─── LISTED RECORDS

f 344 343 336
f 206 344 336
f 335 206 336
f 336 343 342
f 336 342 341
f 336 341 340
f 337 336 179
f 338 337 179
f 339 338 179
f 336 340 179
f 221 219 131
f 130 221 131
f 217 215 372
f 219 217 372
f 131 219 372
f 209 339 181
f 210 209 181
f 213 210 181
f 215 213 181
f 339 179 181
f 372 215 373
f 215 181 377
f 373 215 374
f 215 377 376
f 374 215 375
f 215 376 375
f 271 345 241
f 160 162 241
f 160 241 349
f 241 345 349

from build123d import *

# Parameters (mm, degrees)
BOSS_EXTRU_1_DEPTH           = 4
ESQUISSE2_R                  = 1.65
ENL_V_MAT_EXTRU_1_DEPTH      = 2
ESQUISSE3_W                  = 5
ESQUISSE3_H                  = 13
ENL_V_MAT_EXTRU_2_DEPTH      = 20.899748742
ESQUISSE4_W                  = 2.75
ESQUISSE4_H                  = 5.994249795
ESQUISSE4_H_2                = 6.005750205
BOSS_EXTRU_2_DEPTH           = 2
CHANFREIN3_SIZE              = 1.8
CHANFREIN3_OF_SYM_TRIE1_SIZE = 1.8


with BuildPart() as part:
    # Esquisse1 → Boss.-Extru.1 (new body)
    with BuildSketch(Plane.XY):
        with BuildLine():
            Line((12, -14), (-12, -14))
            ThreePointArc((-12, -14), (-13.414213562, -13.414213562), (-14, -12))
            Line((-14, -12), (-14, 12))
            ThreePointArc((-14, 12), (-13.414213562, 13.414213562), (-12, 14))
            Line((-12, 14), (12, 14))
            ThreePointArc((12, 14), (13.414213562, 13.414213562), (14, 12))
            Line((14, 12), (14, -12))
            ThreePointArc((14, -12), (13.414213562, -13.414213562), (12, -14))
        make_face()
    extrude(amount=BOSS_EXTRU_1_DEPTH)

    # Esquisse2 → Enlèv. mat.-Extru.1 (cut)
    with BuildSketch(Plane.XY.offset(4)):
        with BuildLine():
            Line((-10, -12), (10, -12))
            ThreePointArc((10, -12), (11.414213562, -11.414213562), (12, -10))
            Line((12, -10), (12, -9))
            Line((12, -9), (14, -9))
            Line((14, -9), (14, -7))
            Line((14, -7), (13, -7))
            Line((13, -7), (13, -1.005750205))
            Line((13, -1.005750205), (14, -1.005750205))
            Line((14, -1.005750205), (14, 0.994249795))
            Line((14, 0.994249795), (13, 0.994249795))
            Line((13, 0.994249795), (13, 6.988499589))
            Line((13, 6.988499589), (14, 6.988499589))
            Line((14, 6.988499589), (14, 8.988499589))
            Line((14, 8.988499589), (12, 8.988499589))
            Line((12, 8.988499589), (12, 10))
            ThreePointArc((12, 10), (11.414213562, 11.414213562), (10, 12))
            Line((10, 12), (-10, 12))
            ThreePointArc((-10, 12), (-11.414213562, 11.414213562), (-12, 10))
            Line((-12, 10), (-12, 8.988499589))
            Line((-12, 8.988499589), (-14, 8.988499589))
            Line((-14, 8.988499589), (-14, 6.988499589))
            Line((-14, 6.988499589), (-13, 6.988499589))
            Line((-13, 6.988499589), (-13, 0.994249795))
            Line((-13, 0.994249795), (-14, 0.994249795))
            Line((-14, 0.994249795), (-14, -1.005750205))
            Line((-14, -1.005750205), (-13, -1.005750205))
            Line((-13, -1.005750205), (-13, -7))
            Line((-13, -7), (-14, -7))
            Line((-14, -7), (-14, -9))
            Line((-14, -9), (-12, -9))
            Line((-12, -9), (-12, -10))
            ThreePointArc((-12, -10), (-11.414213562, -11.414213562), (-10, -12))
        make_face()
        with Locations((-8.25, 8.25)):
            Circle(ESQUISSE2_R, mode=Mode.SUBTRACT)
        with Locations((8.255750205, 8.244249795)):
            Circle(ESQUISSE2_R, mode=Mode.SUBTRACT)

──────

— YOUR GOAL —
Give every record again, exactly as it reads.

— ANSWER TO THE PROBLEM —
f 344 343 336
f 206 344 336
f 335 206 336
f 336 343 342
f 336 342 341
f 336 341 340
f 337 336 179
f 338 337 179
f 339 338 179
f 336 340 179
f 221 219 131
f 130 221 131
f 217 215 372
f 219 217 372
f 131 219 372
f 209 339 181
f 210 209 181
f 213 210 181
f 215 213 181
f 339 179 181
f 372 215 373
f 215 181 377
f 373 215 374
f 215 377 376
f 374 215 375
f 215 376 375
f 271 345 241
f 160 162 241
f 160 241 349
f 241 345 349

from build123d import *

# Parameters (mm, degrees)
BOSS_EXTRU_1_DEPTH           = 4
ESQUISSE2_R                  = 1.65
ENL_V_MAT_EXTRU_1_DEPTH      = 2
ESQUISSE3_W                  = 5
ESQUISSE3_H                  = 13
ENL_V_MAT_EXTRU_2_DEPTH      = 20.899748742
ESQUISSE4_W                  = 2.75
ESQUISSE4_H                  = 5.994249795
ESQUISSE4_H_2                = 6.005750205
BOSS_EXTRU_2_DEPTH           = 2
CHANFREIN3_SIZE              = 1.8
CHANFREIN3_OF_SYM_TRIE1_SIZE = 1.8


with BuildPart() as part:
    # Esquisse1 → Boss.-Extru.1 (new body)
    with BuildSketch(Plane.XY):
        with BuildLine():
            Line((12, -14), (-12, -14))
            ThreePointArc((-12, -14), (-13.414213562, -13.414213562), (-14, -12))
            Line((-14, -12), (-14, 12))
            ThreePointArc((-14, 12), (-13.414213562, 13.414213562), (-12, 14))
            Line((-12, 14), (12, 14))
            ThreePointArc((12, 14), (13.414213562, 13.414213562), (14, 12))
            Line((14, 12), (14, -12))
            ThreePointArc((14, -12), (13.414213562, -13.414213562), (12, -14))
        make_face()
    extrude(amount=BOSS_EXTRU_1_DEPTH)

    # Esquisse2 → Enlèv. mat.-Extru.1 (cut)
    with BuildSketch(Plane.XY.offset(4)):
        with BuildLine():
            Line((-10, -12), (10, -12))
            ThreePointArc((10, -12), (11.414213562, -11.414213562), (12, -10))
            Line((12, -10), (12, -9))
            Line((12, -9), (14, -9))
            Line((14, -9), (14, -7))
            Line((14, -7), (13, -7))
            Line((13, -7), (13, -1.005750205))
            Line((13, -1.005750205), (14, -1.005750205))
            Line((14, -1.005750205), (14, 0.994249795))
            Line((14, 0.994249795), (13, 0.994249795))
            Line((13, 0.994249795), (13, 6.988499589))
            Line((13, 6.988499589), (14, 6.988499589))
            Line((14, 6.988499589), (14, 8.988499589))
            Line((14, 8.988499589), (12, 8.988499589))
            Line((12, 8.988499589), (12, 10))
            ThreePointArc((12, 10), (11.414213562, 11.414213562), (10, 12))
            Line((10, 12), (-10, 12))
            ThreePointArc((-10, 12), (-11.414213562, 11.414213562), (-12, 10))
            Line((-12, 10), (-12, 8.988499589))
            Line((-12, 8.988499589), (-14, 8.988499589))
            Line((-14, 8.988499589), (-14, 6.988499589))
            Line((-14, 6.988499589), (-13, 6.988499589))
            Line((-13, 6.988499589), (-13, 0.994249795))
            Line((-13, 0.994249795), (-14, 0.994249795))
            Line((-14, 0.994249795), (-14, -1.005750205))
            Line((-14, -1.005750205), (-13, -1.005750205))
            Line((-13, -1.005750205), (-13, -7))
            Line((-13, -7), (-14, -7))
            Line((-14, -7), (-14, -9))
            Line((-14, -9), (-12, -9))
            Line((-12, -9), (-12, -10))
            ThreePointArc((-12, -10), (-11.414213562, -11.414213562), (-10, -12))
        make_face()
        with Locations((-8.25, 8.25)):
            Circle(ESQUISSE2_R, mode=Mode.SUBTRACT)
        with Locations((8.255750205, 8.244249795)):
            Circle(ESQUISSE2_R, mode=Mode.SUBTRACT)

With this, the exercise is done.